PTEN activation contributes to neuronal and synaptic engulfment by microglia in tauopathy

Abstract

Phosphatase and tensin homolog (PTEN) regulates synaptic density in development; however, whether PTEN also regulates synapse loss in a neurodegenerative disorder such as frontotemporal lobar degeneration with Tau deposition (FTLD-Tau) has not been explored. Here, we found that pathological Tau promotes early activation of PTEN, which precedes apoptotic caspase-3 cleavage in the rTg4510 mouse model of FTLD-Tau.
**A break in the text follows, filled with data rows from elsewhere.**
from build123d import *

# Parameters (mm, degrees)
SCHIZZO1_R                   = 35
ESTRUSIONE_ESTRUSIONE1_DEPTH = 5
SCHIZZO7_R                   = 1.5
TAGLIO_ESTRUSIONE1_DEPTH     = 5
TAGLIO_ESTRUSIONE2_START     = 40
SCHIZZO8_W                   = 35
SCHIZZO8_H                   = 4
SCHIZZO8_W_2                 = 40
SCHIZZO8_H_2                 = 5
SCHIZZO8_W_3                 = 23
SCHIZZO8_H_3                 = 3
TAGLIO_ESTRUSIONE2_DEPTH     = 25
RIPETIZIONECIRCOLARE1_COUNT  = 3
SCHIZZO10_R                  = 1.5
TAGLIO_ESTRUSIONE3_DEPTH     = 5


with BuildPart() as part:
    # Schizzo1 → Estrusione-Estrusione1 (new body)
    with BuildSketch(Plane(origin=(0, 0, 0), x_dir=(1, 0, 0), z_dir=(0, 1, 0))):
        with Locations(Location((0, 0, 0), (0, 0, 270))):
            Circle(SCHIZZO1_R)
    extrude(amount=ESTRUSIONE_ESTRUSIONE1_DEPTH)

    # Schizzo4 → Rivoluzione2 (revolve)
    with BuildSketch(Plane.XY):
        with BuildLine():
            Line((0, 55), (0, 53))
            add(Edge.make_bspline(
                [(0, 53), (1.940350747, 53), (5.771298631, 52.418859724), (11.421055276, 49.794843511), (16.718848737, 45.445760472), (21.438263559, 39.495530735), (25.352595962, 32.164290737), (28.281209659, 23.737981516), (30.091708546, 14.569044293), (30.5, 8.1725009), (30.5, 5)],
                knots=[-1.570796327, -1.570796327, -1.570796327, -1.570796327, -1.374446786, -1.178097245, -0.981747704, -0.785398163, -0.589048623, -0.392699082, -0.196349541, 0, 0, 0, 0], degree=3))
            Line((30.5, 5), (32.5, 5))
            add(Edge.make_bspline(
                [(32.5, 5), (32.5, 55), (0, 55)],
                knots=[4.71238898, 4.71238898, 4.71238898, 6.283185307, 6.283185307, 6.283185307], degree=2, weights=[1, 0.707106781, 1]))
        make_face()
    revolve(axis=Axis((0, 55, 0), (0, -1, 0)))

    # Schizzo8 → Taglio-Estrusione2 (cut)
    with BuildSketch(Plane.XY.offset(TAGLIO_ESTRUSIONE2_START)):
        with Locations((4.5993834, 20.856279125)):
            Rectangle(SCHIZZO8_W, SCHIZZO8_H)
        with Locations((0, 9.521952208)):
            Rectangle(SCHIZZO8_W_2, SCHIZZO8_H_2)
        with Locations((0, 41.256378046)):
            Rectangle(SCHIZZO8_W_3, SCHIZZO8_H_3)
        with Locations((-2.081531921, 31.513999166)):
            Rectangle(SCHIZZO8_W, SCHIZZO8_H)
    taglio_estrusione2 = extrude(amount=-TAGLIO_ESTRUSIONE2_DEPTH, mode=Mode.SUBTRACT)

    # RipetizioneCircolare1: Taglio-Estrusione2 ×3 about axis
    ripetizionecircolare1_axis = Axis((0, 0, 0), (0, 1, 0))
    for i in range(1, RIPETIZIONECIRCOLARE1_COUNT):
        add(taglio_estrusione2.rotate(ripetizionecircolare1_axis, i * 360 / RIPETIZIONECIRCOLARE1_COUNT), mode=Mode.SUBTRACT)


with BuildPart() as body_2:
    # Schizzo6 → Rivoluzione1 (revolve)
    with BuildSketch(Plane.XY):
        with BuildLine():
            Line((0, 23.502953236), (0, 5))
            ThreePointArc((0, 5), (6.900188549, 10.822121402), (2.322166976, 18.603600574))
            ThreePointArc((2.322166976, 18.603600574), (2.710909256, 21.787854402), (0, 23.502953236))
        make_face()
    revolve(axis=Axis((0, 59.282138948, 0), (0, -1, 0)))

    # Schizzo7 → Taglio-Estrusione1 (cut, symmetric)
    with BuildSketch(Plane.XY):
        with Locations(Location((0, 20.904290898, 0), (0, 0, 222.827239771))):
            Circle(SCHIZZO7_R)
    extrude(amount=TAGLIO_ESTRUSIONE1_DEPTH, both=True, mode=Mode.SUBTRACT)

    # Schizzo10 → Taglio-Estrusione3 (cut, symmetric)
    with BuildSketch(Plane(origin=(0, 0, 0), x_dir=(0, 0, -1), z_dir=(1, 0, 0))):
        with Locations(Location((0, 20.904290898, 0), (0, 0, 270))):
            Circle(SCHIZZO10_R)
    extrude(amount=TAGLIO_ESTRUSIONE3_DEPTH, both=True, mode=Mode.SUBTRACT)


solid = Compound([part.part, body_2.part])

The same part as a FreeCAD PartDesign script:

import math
import FreeCAD as App
import Part
import Sketcher

V = App.Vector
Q = App.Units.Quantity


def add_polygon(sketch, points):
    """Adds a closed chain of lines whose ends are joined by coincident constraints."""
    first, n = sketch.GeometryCount, len(points)
    for a, b in zip(points, points[1:] + points[:1]):
        sketch.addGeometry(Part.LineSegment(App.Vector(*a, 0), App.Vector(*b, 0)), False)
    for i in range(n):
        sketch.addConstraint(Sketcher.Constraint("Coincident", first + i, 2, first + (i + 1) % n, 1))

doc = App.newDocument("Part")
body = doc.addObject("PartDesign::Body", "Body")

sketch1 = doc.addObject("Sketcher::SketchObject", "Sketch")
body.addObject(sketch1)
sketch1.AttachmentSupport = (doc.XZ_Plane, [""])
sketch1.MapMode = "FlatFace"
sketch1.addGeometry(Part.Circle(V(0, 0, 0), V(0, 0, 1), 35), False)
sketch1.addConstraint([
    Sketcher.Constraint("Coincident", 0, 3, -1, 1),
    Sketcher.Constraint("Diameter", 0, Q("70 mm")),
])
pad1 = doc.addObject("PartDesign::Pad", "Pad")
body.addObject(pad1)
pad1.Profile = sketch1
pad1.Length = 5
pad1.Reversed = True

sketch2 = doc.addObject("Sketcher::SketchObject", "Sketch001")
body.addObject(sketch2)
sketch2.AttachmentSupport = (doc.XY_Plane, [""])
sketch2.MapMode = "FlatFace"
sketch2.addGeometry([
    Part.LineSegment(V(0, 55, 0), V(0, 53, 0)),
    Part.BSplineCurve([V(0, 53, 0), V(1.940351, 53, 0), V(5.771299, 52.41886, 0), V(11.421055, 49.794844, 0), V(16.718849, 45.44576, 0), V(21.438264, 39.495531, 0), V(25.352596, 32.164291, 0), V(28.28121, 23.737982, 0), V(30.091709, 14.569044, 0), V(30.5, 8.172501, 0), V(30.5, 5, 0)], [4, 1, 1, 1, 1, 1, 1, 1, 4], [-1.570796327, -1.374446786, -1.178097245, -0.981747704, -0.785398163, -0.589048623, -0.392699082, -0.196349541, 0], False, 3, [1, 1, 1, 1, 1, 1, 1, 1, 1, 1, 1], False),
    Part.LineSegment(V(30.5, 5, 0), V(32.5, 5, 0)),
    Part.BSplineCurve([V(32.5, 5, 0), V(32.5, 55, 0), V(0, 55, 0)], [3, 3], [4.71238898, 6.283185307], False, 2, [1, 0.707106781, 1], False),
], False)
sketch2.addConstraint([
    Sketcher.Constraint("Block", 1),
    Sketcher.Constraint("Block", 3),
    Sketcher.Constraint("Coincident", 0, 2, 1, 1),
    Sketcher.Constraint("Coincident", 1, 2, 2, 1),
    Sketcher.Constraint("Coincident", 2, 2, 3, 1),
    Sketcher.Constraint("Coincident", 3, 2, 0, 1),
])
revolution = doc.addObject("PartDesign::Revolution", "Revolution")
body.addObject(revolution)
revolution.Profile = sketch2
revolution.ReferenceAxis = (sketch2, ["V_Axis"])
revolution.Angle = 360

sketch3 = doc.addObject("Sketcher::SketchObject", "Sketch002")
body.addObject(sketch3)
sketch3.AttachmentSupport = (doc.XY_Plane, [""])
sketch3.MapMode = "FlatFace"
sketch3.AttachmentOffset = App.Placement(V(0, 0, 40), App.Rotation())
add_polygon(sketch3, [(-12.9, 22.9), (-12.9, 18.9), (22.1, 18.9), (22.1, 22.9)])
add_polygon(sketch3, [(-20, 12), (-20, 7), (20, 7), (20, 12)])
add_polygon(sketch3, [(-11.5, 42.8), (-11.5, 39.8), (11.5, 39.8), (11.5, 42.8)])
add_polygon(sketch3, [(-19.6, 33.5), (-19.6, 29.5), (15.4, 29.5), (15.4, 33.5)])
sketch3.addConstraint([
    Sketcher.Constraint("Vertical", 0),
    Sketcher.Constraint("Horizontal", 1),
    Sketcher.Constraint("Vertical", 2),
    Sketcher.Constraint("Horizontal", 3),
    Sketcher.Constraint("Vertical", 4),
    Sketcher.Constraint("Horizontal", 5),
    Sketcher.Constraint("Vertical", 6),
    Sketcher.Constraint("Horizontal", 7),
    Sketcher.Constraint("Vertical", 8),
    Sketcher.Constraint("Horizontal", 9),
    Sketcher.Constraint("Vertical", 10),
    Sketcher.Constraint("Horizontal", 11),
    Sketcher.Constraint("Vertical", 12),
    Sketcher.Constraint("Horizontal", 13),
    Sketcher.Constraint("Vertical", 14),
    Sketcher.Constraint("Horizontal", 15),
    Sketcher.Constraint("Equal", 3, 13),
    Sketcher.Constraint("Equal", 2, 12),
    Sketcher.Constraint("DistanceX", 1, 1, 1, 2, Q("35 mm")),
    Sketcher.Constraint("DistanceX", 5, 1, 5, 2, Q("40 mm")),
    Sketcher.Constraint("DistanceX", 9, 1, 9, 2, Q("23 mm")),
    Sketcher.Constraint("DistanceY", 0, 2, 0, 1, Q("4 mm")),
    Sketcher.Constraint("DistanceY", 4, 2, 4, 1, Q("5 mm")),
    Sketcher.Constraint("DistanceY", 8, 2, 8, 1, Q("3 mm")),
    Sketcher.Constraint("DistanceX", 4, 2, -1, 1, Q("20 mm")),
    Sketcher.Constraint("DistanceX", 8, 2, -1, 1, Q("11.5 mm")),
    Sketcher.Constraint("DistanceY", -1, 1, 12, 2, Q("29.513999 mm")),
    Sketcher.Constraint("DistanceY", 3, 2, 8, 2, Q("16.900099 mm")),
    Sketcher.Constraint("DistanceY", -1, 1, 0, 2, Q("18.856279 mm")),
    Sketcher.Constraint("DistanceX", 12, 2, -1, 1, Q("19.581532 mm")),
    Sketcher.Constraint("DistanceX", 0, 2, -1, 1, Q("12.900617 mm")),
    Sketcher.Constraint("DistanceY", -1, 1, 4, 2, Q("7.021952 mm")),
])
pocket1 = doc.addObject("PartDesign::Pocket", "Pocket")
body.addObject(pocket1)
pocket1.Profile = sketch3
pocket1.Length = 25
doc.recompute()

polarpattern = doc.addObject("PartDesign::PolarPattern", "PolarPattern")
body.addObject(polarpattern)
polarpattern.Originals = [pocket1]
polarpattern.Axis = (doc.Y_Axis, [""])
polarpattern.Angle = 360
polarpattern.Occurrences = 3
body.Tip = polarpattern
body2 = doc.addObject("PartDesign::Body", "Body001")

sketch4 = doc.addObject("Sketcher::SketchObject", "Sketch003")
body2.addObject(sketch4)
sketch4.AttachmentSupport = (doc.getObject("XY_Plane001"), [""])
sketch4.MapMode = "FlatFace"
sketch4.addGeometry([
    Part.LineSegment(V(0, 23.5, 0), V(0, 5, 0)),
    Part.ArcOfCircle(Part.Circle(V(0, 12, 0), V(0, 0, 1), 7), math.radians(-90), math.radians(71)),
    Part.ArcOfCircle(Part.Circle(V(0, 20.5, 0), V(0, 0, 1), 3), math.radians(-39), math.radians(90)),
], False)
sketch4.addConstraint([
    Sketcher.Constraint("Coincident", 0, 2, 1, 1),
    Sketcher.Constraint("Coincident", 1, 2, 2, 1),
    Sketcher.Constraint("Coincident", 2, 2, 0, 1),
    Sketcher.Constraint("Vertical", 0),
    Sketcher.Constraint("PointOnObject", 1, 3, -2),
    Sketcher.Constraint("PointOnObject", 2, 3, -2),
    Sketcher.Constraint("PointOnObject", 0, 2, -2),
    Sketcher.Constraint("Radius", 1, Q("7 mm")),
    Sketcher.Constraint("Radius", 2, Q("3 mm")),
    Sketcher.Constraint("DistanceY", -1, 1, 1, 3, Q("12 mm")),
    Sketcher.Constraint("DistanceY", -1, 1, 1, 2, Q("18.603601 mm")),
])
revolution2 = doc.addObject("PartDesign::Revolution", "Revolution001")
body2.addObject(revolution2)
revolution2.Profile = sketch4
revolution2.ReferenceAxis = (sketch4, ["V_Axis"])
revolution2.Angle = 360

sketch5 = doc.addObject("Sketcher::SketchObject", "Sketch004")
body2.addObject(sketch5)
sketch5.AttachmentSupport = (doc.getObject("XY_Plane001"), [""])
sketch5.MapMode = "FlatFace"
sketch5.addGeometry(Part.Circle(V(0, 20.9, 0), V(0, 0, 1), 1.5), False)
sketch5.addConstraint([
    Sketcher.Constraint("PointOnObject", 0, 3, -2),
    Sketcher.Constraint("Diameter", 0, Q("3 mm")),
    Sketcher.Constraint("DistanceY", -1, 1, 0, 3, Q("20.904291 mm")),
])
pocket2 = doc.addObject("PartDesign::Pocket", "Pocket001")
body2.addObject(pocket2)
pocket2.Profile = sketch5
pocket2.Length = 10
pocket2.Midplane = True

sketch6 = doc.addObject("Sketcher::SketchObject", "Sketch005")
body2.addObject(sketch6)
sketch6.AttachmentSupport = (doc.getObject("YZ_Plane001"), [""])
sketch6.MapMode = "FlatFace"
sketch6.addGeometry(Part.Circle(V(20.9, 0, 0), V(0, 0, 1), 1.5), False)
sketch6.addConstraint([
    Sketcher.Constraint("PointOnObject", 0, 3, -1),
    Sketcher.Constraint("Diameter", 0, Q("3 mm")),
    Sketcher.Constraint("DistanceX", -1, 1, 0, 3, Q("20.904291 mm")),
])
pocket3 = doc.addObject("PartDesign::Pocket", "Pocket002")
body2.addObject(pocket3)
pocket3.Profile = sketch6
pocket3.Length = 10
pocket3.Midplane = True

doc.recompute()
We further demonstrate increased synaptic and neuronal exposure of the apoptotic signal phosphatidylserine that tags neuronal structures for microglial uptake, thereby linking PTEN activation to synaptic and neuronal structure elimination. By applying pharmacological inhibition of PTEN's protein phosphatase activity, we observed that microglial uptake can be decreased in Tau transgenic mice. Finally, we reveal a dichotomous relationship between PTEN activation and age in FTLD-Tau patients and healthy controls. Together, our findings suggest that in tauopathy, PTEN has a role in the synaptotoxicity of pathological Tau and promotes microglial removal of affected neuronal structures.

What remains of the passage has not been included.